---------- STORED DATA ----------

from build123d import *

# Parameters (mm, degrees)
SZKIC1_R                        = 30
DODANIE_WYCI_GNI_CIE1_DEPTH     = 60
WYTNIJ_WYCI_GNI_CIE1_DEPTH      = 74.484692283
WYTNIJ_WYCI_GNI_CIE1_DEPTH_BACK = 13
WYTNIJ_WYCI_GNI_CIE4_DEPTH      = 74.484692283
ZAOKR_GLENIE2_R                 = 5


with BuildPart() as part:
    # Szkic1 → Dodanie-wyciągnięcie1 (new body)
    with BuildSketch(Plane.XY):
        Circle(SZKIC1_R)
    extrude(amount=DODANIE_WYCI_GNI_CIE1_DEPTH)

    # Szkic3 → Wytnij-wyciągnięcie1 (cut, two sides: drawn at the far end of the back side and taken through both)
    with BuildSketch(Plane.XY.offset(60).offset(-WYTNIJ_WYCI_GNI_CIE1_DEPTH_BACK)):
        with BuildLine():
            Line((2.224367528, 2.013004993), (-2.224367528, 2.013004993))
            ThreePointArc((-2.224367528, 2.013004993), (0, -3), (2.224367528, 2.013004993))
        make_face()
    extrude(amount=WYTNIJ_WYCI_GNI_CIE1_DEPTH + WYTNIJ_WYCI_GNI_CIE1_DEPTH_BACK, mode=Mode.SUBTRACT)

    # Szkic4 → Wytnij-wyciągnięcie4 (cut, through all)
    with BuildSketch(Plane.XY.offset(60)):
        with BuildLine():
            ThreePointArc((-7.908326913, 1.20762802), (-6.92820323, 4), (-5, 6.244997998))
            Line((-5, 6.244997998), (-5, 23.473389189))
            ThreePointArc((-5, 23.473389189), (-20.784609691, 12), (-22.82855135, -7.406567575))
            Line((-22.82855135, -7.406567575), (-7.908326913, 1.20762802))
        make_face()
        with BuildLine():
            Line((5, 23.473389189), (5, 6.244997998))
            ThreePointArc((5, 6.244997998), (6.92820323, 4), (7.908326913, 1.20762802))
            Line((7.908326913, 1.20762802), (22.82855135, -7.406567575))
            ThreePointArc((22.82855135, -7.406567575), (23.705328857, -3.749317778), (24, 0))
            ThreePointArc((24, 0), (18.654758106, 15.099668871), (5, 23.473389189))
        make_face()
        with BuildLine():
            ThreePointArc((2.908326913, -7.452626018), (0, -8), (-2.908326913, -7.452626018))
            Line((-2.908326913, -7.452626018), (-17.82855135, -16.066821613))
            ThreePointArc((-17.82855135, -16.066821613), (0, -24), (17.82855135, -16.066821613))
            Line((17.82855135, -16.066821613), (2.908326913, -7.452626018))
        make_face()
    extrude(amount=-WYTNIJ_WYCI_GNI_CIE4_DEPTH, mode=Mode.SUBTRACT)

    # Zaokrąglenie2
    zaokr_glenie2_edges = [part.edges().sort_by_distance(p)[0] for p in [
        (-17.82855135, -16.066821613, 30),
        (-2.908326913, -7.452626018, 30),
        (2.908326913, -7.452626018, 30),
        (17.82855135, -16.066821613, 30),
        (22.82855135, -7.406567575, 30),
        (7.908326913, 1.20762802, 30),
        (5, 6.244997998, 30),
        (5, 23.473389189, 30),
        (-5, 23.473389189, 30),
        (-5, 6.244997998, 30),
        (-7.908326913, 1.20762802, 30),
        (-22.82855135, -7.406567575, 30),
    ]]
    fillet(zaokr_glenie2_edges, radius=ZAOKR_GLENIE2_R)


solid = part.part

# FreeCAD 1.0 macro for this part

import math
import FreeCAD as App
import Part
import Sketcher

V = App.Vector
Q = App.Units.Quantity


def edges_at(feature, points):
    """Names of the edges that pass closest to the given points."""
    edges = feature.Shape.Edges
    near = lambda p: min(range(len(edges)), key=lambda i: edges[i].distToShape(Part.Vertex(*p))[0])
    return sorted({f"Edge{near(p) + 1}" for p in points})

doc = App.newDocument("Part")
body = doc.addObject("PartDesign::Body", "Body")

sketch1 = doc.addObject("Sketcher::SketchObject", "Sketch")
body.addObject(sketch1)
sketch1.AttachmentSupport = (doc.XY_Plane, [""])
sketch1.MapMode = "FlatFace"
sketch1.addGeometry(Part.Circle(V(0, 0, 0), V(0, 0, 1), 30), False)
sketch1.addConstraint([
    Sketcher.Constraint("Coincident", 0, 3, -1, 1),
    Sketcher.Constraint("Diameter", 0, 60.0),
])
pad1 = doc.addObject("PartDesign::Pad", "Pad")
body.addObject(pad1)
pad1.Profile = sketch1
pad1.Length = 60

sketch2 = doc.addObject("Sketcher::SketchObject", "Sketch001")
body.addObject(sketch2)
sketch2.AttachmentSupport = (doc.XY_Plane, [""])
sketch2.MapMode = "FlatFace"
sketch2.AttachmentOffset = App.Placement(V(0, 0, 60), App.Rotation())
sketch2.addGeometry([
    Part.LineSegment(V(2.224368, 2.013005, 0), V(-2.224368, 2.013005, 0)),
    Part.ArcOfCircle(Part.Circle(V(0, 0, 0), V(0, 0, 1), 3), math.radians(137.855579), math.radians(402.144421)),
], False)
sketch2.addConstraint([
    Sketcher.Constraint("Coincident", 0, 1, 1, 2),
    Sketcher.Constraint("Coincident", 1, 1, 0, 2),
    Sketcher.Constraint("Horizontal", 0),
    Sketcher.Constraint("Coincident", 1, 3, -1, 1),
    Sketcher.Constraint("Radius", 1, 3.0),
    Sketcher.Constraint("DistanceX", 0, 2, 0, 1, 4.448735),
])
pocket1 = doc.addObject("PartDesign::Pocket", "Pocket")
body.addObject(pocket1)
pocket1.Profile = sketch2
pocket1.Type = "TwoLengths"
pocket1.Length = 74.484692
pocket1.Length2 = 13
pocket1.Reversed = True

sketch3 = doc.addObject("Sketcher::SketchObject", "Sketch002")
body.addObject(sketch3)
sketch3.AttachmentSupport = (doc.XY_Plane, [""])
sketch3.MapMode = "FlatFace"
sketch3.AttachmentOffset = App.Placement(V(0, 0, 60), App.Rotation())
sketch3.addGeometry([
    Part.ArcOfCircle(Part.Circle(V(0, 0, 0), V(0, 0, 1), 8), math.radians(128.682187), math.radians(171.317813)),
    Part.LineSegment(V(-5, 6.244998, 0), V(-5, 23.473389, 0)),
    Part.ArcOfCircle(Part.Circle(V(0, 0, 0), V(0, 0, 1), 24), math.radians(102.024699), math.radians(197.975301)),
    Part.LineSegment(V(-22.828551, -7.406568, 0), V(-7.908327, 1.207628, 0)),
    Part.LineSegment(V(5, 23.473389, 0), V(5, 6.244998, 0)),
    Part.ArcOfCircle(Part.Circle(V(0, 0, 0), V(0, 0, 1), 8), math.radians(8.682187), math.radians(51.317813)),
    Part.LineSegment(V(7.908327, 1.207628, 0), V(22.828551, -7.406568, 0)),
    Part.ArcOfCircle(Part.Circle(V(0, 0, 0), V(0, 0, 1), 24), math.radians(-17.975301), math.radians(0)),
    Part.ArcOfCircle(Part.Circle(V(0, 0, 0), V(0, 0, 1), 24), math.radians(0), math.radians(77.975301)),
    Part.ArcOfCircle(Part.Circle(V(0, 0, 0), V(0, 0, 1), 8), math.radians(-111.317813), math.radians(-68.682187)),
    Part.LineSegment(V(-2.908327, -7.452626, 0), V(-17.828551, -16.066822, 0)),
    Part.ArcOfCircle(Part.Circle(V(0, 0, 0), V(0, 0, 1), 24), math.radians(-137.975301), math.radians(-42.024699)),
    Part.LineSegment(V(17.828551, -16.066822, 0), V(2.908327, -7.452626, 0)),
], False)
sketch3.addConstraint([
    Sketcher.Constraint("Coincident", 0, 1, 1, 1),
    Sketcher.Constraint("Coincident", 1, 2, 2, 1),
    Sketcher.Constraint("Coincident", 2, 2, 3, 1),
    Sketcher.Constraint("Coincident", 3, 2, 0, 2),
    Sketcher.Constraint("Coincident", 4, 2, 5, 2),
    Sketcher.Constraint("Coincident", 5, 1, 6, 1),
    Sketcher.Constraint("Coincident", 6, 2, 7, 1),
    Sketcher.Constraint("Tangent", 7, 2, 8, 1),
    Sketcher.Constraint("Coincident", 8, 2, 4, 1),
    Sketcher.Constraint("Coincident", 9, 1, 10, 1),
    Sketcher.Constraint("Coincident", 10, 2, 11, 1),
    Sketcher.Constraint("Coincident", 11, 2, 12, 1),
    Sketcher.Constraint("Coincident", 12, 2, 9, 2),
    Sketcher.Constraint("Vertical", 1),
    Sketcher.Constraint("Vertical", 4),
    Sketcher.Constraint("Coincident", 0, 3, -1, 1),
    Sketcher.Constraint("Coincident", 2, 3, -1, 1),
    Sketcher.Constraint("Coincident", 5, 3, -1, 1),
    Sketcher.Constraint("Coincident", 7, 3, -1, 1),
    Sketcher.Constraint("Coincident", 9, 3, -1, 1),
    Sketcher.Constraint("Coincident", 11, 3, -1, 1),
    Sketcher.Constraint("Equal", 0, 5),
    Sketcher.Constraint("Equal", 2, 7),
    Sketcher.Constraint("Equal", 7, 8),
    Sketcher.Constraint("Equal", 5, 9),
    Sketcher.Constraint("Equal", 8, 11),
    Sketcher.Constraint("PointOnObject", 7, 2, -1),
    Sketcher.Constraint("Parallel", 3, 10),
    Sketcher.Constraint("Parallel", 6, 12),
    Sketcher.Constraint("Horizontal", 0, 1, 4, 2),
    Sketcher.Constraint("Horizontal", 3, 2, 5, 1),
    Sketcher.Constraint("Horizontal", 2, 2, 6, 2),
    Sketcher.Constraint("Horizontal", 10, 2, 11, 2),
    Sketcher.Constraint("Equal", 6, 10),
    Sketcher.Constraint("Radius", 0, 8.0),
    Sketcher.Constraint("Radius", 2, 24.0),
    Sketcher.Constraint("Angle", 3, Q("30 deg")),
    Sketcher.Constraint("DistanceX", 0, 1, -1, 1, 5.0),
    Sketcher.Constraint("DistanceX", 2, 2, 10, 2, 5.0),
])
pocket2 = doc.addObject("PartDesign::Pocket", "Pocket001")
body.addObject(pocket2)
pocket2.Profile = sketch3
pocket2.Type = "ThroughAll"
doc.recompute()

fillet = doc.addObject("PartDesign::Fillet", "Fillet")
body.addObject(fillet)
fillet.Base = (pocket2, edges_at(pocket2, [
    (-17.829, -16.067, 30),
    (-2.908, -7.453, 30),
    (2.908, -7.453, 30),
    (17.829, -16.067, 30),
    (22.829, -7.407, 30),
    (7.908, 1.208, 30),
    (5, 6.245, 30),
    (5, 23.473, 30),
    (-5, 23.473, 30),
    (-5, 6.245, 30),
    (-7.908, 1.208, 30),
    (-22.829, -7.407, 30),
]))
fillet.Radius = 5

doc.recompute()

----------
---------- STORED DATA ----------

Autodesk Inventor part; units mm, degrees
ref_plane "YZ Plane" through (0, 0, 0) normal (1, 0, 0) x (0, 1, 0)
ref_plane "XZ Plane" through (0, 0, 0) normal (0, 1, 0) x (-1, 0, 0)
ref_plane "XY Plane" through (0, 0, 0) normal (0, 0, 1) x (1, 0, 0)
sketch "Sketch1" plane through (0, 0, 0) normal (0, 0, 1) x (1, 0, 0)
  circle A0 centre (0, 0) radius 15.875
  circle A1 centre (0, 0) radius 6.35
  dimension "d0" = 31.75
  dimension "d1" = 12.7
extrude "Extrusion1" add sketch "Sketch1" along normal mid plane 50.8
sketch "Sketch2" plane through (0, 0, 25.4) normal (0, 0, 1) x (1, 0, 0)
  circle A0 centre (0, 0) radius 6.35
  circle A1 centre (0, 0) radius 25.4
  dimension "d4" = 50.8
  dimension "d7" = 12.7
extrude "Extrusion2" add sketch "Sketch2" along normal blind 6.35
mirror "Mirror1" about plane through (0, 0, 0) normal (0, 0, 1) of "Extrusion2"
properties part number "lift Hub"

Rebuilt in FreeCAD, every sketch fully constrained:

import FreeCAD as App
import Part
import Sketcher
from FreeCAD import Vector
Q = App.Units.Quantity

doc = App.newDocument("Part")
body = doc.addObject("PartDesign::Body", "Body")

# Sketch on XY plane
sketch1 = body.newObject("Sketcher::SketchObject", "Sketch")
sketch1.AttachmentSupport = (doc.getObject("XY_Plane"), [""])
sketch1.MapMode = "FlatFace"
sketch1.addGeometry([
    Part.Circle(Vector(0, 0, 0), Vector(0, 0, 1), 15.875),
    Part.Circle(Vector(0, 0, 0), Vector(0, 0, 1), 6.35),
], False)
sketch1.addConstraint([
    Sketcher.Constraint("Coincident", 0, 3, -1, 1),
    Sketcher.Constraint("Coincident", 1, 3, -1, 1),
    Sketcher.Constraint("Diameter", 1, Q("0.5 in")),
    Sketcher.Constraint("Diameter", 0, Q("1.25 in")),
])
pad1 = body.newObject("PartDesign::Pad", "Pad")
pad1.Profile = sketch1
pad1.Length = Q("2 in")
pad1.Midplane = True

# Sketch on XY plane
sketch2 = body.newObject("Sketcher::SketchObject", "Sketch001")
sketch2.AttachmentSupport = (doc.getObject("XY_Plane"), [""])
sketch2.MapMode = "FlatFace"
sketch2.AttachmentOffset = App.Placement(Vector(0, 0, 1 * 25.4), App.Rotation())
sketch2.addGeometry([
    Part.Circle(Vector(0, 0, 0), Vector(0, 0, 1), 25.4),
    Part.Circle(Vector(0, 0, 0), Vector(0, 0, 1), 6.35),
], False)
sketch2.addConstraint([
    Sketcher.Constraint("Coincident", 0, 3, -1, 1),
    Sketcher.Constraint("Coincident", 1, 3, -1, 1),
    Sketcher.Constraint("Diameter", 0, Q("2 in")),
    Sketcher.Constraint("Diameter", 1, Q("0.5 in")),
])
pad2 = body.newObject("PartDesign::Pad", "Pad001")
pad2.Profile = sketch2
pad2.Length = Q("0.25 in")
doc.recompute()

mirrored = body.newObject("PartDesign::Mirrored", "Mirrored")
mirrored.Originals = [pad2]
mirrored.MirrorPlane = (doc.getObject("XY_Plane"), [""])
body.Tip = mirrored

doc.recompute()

----------

◆ TASK DIRECTIONS
What are the lines, exactly as written above, from the line with "Line((-5, 6.244997998), (-5, 23.473389189))" to the line with "# FreeCAD 1.0 macro for this part", both included? Output only those.

◆ TASK RESULT
            Line((-5, 6.244997998), (-5, 23.473389189))
            ThreePointArc((-5, 23.473389189), (-20.784609691, 12), (-22.82855135, -7.406567575))
            Line((-22.82855135, -7.406567575), (-7.908326913, 1.20762802))
        make_face()
        with BuildLine():
            Line((5, 23.473389189), (5, 6.244997998))
            ThreePointArc((5, 6.244997998), (6.92820323, 4), (7.908326913, 1.20762802))
            Line((7.908326913, 1.20762802), (22.82855135, -7.406567575))
            ThreePointArc((22.82855135, -7.406567575), (23.705328857, -3.749317778), (24, 0))
            ThreePointArc((24, 0), (18.654758106, 15.099668871), (5, 23.473389189))
        make_face()
        with BuildLine():
            ThreePointArc((2.908326913, -7.452626018), (0, -8), (-2.908326913, -7.452626018))
            Line((-2.908326913, -7.452626018), (-17.82855135, -16.066821613))
            ThreePointArc((-17.82855135, -16.066821613), (0, -24), (17.82855135, -16.066821613))
            Line((17.82855135, -16.066821613), (2.908326913, -7.452626018))
        make_face()
    extrude(amount=-WYTNIJ_WYCI_GNI_CIE4_DEPTH, mode=Mode.SUBTRACT)

    # Zaokrąglenie2
    zaokr_glenie2_edges = [part.edges().sort_by_distance(p)[0] for p in [
        (-17.82855135, -16.066821613, 30),
        (-2.908326913, -7.452626018, 30),
        (2.908326913, -7.452626018, 30),
        (17.82855135, -16.066821613, 30),
        (22.82855135, -7.406567575, 30),
        (7.908326913, 1.20762802, 30),
        (5, 6.244997998, 30),
        (5, 23.473389189, 30),
        (-5, 23.473389189, 30),
        (-5, 6.244997998, 30),
        (-7.908326913, 1.20762802, 30),
        (-22.82855135, -7.406567575, 30),
    ]]
    fillet(zaokr_glenie2_edges, radius=ZAOKR_GLENIE2_R)


solid = part.part

# FreeCAD 1.0 macro for this part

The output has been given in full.